All you need to know about insurance terms: Co-insurance

Curious about terms like co-insurance? If you are, read on...At some point of our lives, almost all of us will need to have insurance of some sort. There are various types of insurance, covering a broad array of products, from car insurance and annuities to life insurance. And of course, when you are buying any insurance policies, it is your duty to do your due diligence. Check for all terms and conditions before buying into one. In this article, I will talk mainly about co-insurance.

A co-insurance is an agreement between the insurance company and you whereby the insurance company will pay a percentage of the losses incurred and you wil pay the rest. Take for example a 90/10 co-insurance. This agreement simply means that you have to pay 10% of the damage and the insurance companies will cover the rest. Many companies are using this plan instead of the old co-pay structure.

Here, I am going to talk about the difference between co-pay and co-insurance. Co-pay is basically the same as co-insurance but instead of percentage, you pay a fixed amount of money to cover the losses. Let's do an example. Say, you suffer a loss of $1000. Now, in the co-pay structure, you are obligated to pay a fixed amount of money, say $200, each time the insurance service is assessed. But under the co-insurance structure, assuimg 90/10, you will pay $100 and the insurance company will pay $900. But in the real world, such things do not happen often because we have something called a deductible. What is a deductible? Don;t worry! I will explain it later.

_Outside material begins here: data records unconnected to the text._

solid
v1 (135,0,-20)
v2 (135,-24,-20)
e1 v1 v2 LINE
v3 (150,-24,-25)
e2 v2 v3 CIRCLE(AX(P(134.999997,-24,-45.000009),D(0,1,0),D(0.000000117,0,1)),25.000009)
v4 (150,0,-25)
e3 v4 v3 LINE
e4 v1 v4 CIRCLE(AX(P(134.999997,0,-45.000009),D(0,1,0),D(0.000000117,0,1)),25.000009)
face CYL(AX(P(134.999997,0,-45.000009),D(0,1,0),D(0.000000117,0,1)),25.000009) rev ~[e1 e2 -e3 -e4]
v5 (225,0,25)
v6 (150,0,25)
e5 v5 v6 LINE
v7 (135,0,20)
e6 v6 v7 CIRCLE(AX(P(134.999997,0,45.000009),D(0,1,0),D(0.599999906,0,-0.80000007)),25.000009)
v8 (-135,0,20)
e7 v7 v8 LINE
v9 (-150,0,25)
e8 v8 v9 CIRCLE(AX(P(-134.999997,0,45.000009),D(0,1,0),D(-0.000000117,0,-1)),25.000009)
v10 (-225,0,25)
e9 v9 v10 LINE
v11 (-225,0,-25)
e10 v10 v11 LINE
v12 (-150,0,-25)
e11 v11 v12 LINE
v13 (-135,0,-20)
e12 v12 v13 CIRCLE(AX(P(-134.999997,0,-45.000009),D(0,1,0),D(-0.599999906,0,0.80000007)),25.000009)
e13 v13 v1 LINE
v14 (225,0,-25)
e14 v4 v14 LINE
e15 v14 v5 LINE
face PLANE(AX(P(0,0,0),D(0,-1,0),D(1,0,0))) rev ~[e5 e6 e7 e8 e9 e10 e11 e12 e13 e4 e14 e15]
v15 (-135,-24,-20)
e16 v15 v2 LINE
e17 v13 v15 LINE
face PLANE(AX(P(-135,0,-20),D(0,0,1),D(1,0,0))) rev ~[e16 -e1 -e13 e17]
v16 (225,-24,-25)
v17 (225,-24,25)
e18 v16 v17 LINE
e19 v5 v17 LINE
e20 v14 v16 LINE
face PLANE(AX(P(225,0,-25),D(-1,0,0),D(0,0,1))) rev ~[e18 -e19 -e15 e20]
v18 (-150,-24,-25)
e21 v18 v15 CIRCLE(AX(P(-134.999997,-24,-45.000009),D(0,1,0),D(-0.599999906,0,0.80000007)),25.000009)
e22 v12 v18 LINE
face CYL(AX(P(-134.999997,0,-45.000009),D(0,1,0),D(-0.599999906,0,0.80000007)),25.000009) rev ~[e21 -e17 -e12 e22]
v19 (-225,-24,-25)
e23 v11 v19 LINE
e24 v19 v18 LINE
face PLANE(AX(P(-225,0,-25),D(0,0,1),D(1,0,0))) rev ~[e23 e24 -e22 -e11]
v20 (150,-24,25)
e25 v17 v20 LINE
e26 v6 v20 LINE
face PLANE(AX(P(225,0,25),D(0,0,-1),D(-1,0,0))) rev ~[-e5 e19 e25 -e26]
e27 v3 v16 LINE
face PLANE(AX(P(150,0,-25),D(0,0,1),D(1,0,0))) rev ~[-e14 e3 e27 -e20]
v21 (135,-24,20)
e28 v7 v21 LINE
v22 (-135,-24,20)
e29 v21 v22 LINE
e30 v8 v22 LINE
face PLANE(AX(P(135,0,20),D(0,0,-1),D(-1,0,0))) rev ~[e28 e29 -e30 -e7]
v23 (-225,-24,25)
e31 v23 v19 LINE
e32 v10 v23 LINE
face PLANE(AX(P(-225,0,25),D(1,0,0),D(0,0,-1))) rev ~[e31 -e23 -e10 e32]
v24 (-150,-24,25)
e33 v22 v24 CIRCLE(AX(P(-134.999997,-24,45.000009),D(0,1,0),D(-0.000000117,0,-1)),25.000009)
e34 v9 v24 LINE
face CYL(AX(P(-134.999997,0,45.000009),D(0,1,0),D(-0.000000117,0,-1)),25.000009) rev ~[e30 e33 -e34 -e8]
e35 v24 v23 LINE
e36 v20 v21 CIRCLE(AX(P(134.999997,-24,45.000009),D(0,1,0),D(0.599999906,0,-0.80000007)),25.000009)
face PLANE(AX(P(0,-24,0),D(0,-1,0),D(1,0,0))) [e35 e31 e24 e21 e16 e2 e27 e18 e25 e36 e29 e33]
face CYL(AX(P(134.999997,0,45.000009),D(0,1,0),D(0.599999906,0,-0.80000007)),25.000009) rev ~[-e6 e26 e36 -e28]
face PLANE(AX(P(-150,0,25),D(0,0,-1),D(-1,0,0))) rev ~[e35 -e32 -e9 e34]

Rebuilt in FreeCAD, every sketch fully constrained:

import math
import FreeCAD as App
import Part
import Sketcher
from FreeCAD import Vector
Q = App.Units.Quantity

doc = App.newDocument("Part")
body = doc.addObject("PartDesign::Body", "Body")

sketch1 = body.newObject("Sketcher::SketchObject", "Sketch")
sketch1.AttachmentSupport = (doc.getObject("XZ_Plane"), [""])
sketch1.MapMode = "FlatFace"
sketch1.addGeometry([
    Part.LineSegment(Vector(135, 20, 0), Vector(-135, 20, 0)),
    Part.ArcOfCircle(Part.Circle(Vector(-135, 45, 0), Vector(0, 0, 1), 25), math.radians(-127), math.radians(-90)),
    Part.LineSegment(Vector(-150, 25, 0), Vector(-225, 25, 0)),
    Part.LineSegment(Vector(-225, 25, 0), Vector(-225, -25, 0)),
    Part.LineSegment(Vector(-225, -25, 0), Vector(-150, -25, 0)),
    Part.ArcOfCircle(Part.Circle(Vector(-135, -45, 0), Vector(0, 0, 1), 25), math.radians(90), math.radians(127)),
    Part.LineSegment(Vector(-135, -20, 0), Vector(135, -20, 0)),
    Part.ArcOfCircle(Part.Circle(Vector(135, -45, 0), Vector(0, 0, 1), 25), math.radians(53), math.radians(90)),
    Part.LineSegment(Vector(150, -25, 0), Vector(225, -25, 0)),
    Part.LineSegment(Vector(225, -25, 0), Vector(225, 25, 0)),
    Part.LineSegment(Vector(225, 25, 0), Vector(150, 25, 0)),
    Part.ArcOfCircle(Part.Circle(Vector(135, 45, 0), Vector(0, 0, 1), 25), math.radians(-90), math.radians(-53)),
], False)
sketch1.addConstraint([
    Sketcher.Constraint("Tangent", 0, 2, 1, 2),
    Sketcher.Constraint("Coincident", 1, 1, 2, 1),
    Sketcher.Constraint("Coincident", 2, 2, 3, 1),
    Sketcher.Constraint("Coincident", 3, 2, 4, 1),
    Sketcher.Constraint("Coincident", 4, 2, 5, 2),
    Sketcher.Constraint("Tangent", 5, 1, 6, 1),
    Sketcher.Constraint("Tangent", 6, 2, 7, 2),
    Sketcher.Constraint("Coincident", 7, 1, 8, 1),
    Sketcher.Constraint("Coincident", 8, 2, 9, 1),
    Sketcher.Constraint("Coincident", 9, 2, 10, 1),
    Sketcher.Constraint("Coincident", 10, 2, 11, 2),
    Sketcher.Constraint("Tangent", 11, 1, 0, 1),
    Sketcher.Constraint("Horizontal", 0),
    Sketcher.Constraint("Horizontal", 2),
    Sketcher.Constraint("Vertical", 3),
    Sketcher.Constraint("Horizontal", 4),
    Sketcher.Constraint("Horizontal", 6),
    Sketcher.Constraint("Horizontal", 8),
    Sketcher.Constraint("Vertical", 9),
    Sketcher.Constraint("Horizontal", 10),
    Sketcher.Constraint("Equal", 1, 5),
    Sketcher.Constraint("Equal", 5, 7),
    Sketcher.Constraint("Equal", 7, 11),
    Sketcher.Constraint("Symmetric", 1, 3, 7, 3, -1, 1),
    Sketcher.Constraint("Symmetric", 2, 2, 8, 2, -1, 1),
    Sketcher.Constraint("Symmetric", 4, 2, 10, 2, -1, 1),
    Sketcher.Constraint("Symmetric", 4, 2, 7, 1, -2),
    Sketcher.Constraint("DistanceX", 0, 2, 0, 1, Q("270 mm")),
    Sketcher.Constraint("DistanceX", 2, 2, 2, 1, Q("75 mm")),
    Sketcher.Constraint("DistanceY", 3, 2, 3, 1, Q("50 mm")),
    Sketcher.Constraint("DistanceY", -1, 1, 0, 2, Q("20 mm")),
    Sketcher.Constraint("DistanceX", 1, 1, -1, 1, Q("150 mm")),
])
pad1 = body.newObject("PartDesign::Pad", "Pad")
pad1.Profile = sketch1
pad1.Length = 24

doc.recompute()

The main reason why co-pay and co-insurance are created is to prevent moral hazard. Can you imagine what will happen if insurance is not regulated? So, let's say you buy a health insurance. Knowing that the insurance company will cover the medical bills for you, consumers will always have the incentive to get insurance companies to pay for 'every single damn thing'. The more the better, since we pay a hefty sum in premium, we might as well just make full use of it. So, naturally, insurance companies protect themselves with co-pay and co-insurance. You either fork some money out from your pocket or pay a fixed amount of money to use the service. Usually, the fixed amount you pay is more than the cost of the treatment itself. Co-insurance, for example, also prevents people from destroying their own properties to claim benefits. So, you insure your house for $80000. Without co-insurance, you burn your house down and you get the full amount but with co-insurance, if you burn your house down, you will only get a fraction of the money. Hence, there is no incentive for policy holders to destroy their own properties for money.

By now, I hope you have a clear idea of how co-insurance and co-pay work. Since there is a huge selection of insurance companies on the net, again, I will advice you to do your research properly without committing yourself to any insurance policies.